Asexual vs. Sexual Reproduction

Asexual Reproduction:

• A parent cell splits using mitosis to produce 2 identical daughter cells.
• Parent and daughter cells have identical, 2n or diploid DNA.
• Mitosis has prophase, metaphase, anaphase, telophase and cytokinesis.
• Mitosis can occur in any somatic cell that needs to replicate.
• Single-celled organisms use mitosis to reproduce quickly.
• Creates a population of identical individuals.
• No fertilization or incubation required.
• Occurs through budding, fission, and vegetative propagation.
• Vulnerable to changes in the environment.

Sexual Reproduction:

• An undifferentiated cell goes through meiosis to produce 4 gametes.
• Gametes are haploid, n, and have half the DNA as the parent cell.
• Meiosis has two sets of prophase, metaphase, anaphase, telophase and cytokinesis.
• Meiosis is only for the production of gametes.
• Complex organisms use meiosis .
• Creates a population of genetically diverse individuals.
• Fertilization of female gamete with male gamete to create zygote which then must incubate to maturity.
• Only meiosis makes gametes.
• Much more likely to survive drastic ecological changes.
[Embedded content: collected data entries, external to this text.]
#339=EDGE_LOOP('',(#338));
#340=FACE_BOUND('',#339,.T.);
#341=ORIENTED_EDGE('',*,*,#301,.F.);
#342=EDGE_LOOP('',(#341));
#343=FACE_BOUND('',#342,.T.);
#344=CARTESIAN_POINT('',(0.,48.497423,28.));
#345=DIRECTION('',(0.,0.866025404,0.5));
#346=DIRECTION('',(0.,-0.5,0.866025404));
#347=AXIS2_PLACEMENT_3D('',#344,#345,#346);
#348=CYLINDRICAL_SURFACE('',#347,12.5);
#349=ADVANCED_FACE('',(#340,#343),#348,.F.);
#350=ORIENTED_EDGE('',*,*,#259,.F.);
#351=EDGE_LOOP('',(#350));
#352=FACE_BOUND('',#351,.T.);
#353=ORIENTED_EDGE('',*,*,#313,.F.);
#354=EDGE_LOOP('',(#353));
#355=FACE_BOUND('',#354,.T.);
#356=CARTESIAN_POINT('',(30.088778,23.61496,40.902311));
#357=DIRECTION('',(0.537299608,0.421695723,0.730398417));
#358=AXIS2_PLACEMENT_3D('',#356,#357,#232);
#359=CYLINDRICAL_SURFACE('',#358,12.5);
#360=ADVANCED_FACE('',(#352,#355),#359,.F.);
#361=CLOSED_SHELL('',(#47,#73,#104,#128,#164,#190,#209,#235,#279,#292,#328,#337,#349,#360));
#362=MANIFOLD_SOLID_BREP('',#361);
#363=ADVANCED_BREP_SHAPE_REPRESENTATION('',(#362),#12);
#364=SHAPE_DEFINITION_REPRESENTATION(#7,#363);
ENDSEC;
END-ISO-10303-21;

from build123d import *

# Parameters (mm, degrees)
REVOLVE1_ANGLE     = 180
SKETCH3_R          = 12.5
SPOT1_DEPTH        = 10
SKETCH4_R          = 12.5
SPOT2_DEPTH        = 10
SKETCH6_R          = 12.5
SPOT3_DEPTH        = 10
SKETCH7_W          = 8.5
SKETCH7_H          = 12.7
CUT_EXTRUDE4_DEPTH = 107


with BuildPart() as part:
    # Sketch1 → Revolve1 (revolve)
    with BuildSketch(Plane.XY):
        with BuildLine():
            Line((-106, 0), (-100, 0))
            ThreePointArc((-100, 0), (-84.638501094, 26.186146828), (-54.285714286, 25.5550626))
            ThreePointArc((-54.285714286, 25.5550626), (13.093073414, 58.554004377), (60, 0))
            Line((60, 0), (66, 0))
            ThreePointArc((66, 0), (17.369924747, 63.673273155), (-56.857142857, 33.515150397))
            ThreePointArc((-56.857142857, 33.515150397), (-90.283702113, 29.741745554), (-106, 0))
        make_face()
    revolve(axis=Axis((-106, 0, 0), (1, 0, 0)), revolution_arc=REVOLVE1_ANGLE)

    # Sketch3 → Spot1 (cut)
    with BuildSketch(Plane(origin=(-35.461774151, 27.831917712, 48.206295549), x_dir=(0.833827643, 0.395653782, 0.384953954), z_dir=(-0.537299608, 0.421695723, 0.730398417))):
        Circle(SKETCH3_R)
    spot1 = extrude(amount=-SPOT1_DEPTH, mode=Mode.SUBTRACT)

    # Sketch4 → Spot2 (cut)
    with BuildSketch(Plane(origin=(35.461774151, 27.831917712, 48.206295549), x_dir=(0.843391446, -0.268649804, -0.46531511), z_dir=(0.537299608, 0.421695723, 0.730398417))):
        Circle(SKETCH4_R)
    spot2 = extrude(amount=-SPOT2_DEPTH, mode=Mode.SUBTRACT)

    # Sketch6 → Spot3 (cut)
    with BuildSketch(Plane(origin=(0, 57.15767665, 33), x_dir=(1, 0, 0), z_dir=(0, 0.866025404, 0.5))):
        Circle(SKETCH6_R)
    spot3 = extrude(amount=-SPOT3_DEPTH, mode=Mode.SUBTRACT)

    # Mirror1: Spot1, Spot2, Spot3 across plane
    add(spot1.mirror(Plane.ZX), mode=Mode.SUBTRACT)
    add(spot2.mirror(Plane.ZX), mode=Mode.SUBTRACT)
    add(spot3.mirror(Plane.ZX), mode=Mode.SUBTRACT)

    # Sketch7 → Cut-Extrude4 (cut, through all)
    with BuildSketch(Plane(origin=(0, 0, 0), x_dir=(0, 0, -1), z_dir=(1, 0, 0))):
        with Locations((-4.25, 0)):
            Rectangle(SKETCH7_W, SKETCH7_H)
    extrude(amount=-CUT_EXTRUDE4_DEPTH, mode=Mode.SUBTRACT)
Plant vs. Animal Reproduction

• Humans reproduce sexually.
• Females make ovum, which are then fertilized by the male sperm.
• Females incubate or gestate the zygote, then embryo, then fetus for 40 weeks.
• Most mammals, amphibians, fish, and birds reproduce sexually as well.
• Plants can generate offspring both sexually and asexually.
• Strawberries send out shoots that grow into clones of the parent plant.
• Onions, tubers like potatoes and ginger reproduce asexually.
• Most citrus trees can also reproduce asexually.
• Plants that reproduce sexually make seeds and pollen.
• Bees, butterflies, and birds aid in plant sexual reproduction by being pollinators.
• The flower of a plant houses the sexual organs of the plant, pistils and ovaries.
• The dandelion seeds are modified in a way that the lightest brush of wind can release hundreds of seeds all at once.

Description

Asexual reproduction involves a single organism creating a copy of itself. Offspring are clones of the parent, inheriting 100% of the genetic code. Bacteria, yeast, some plants, and animals reproduce asexually through methods like mitosis and budding.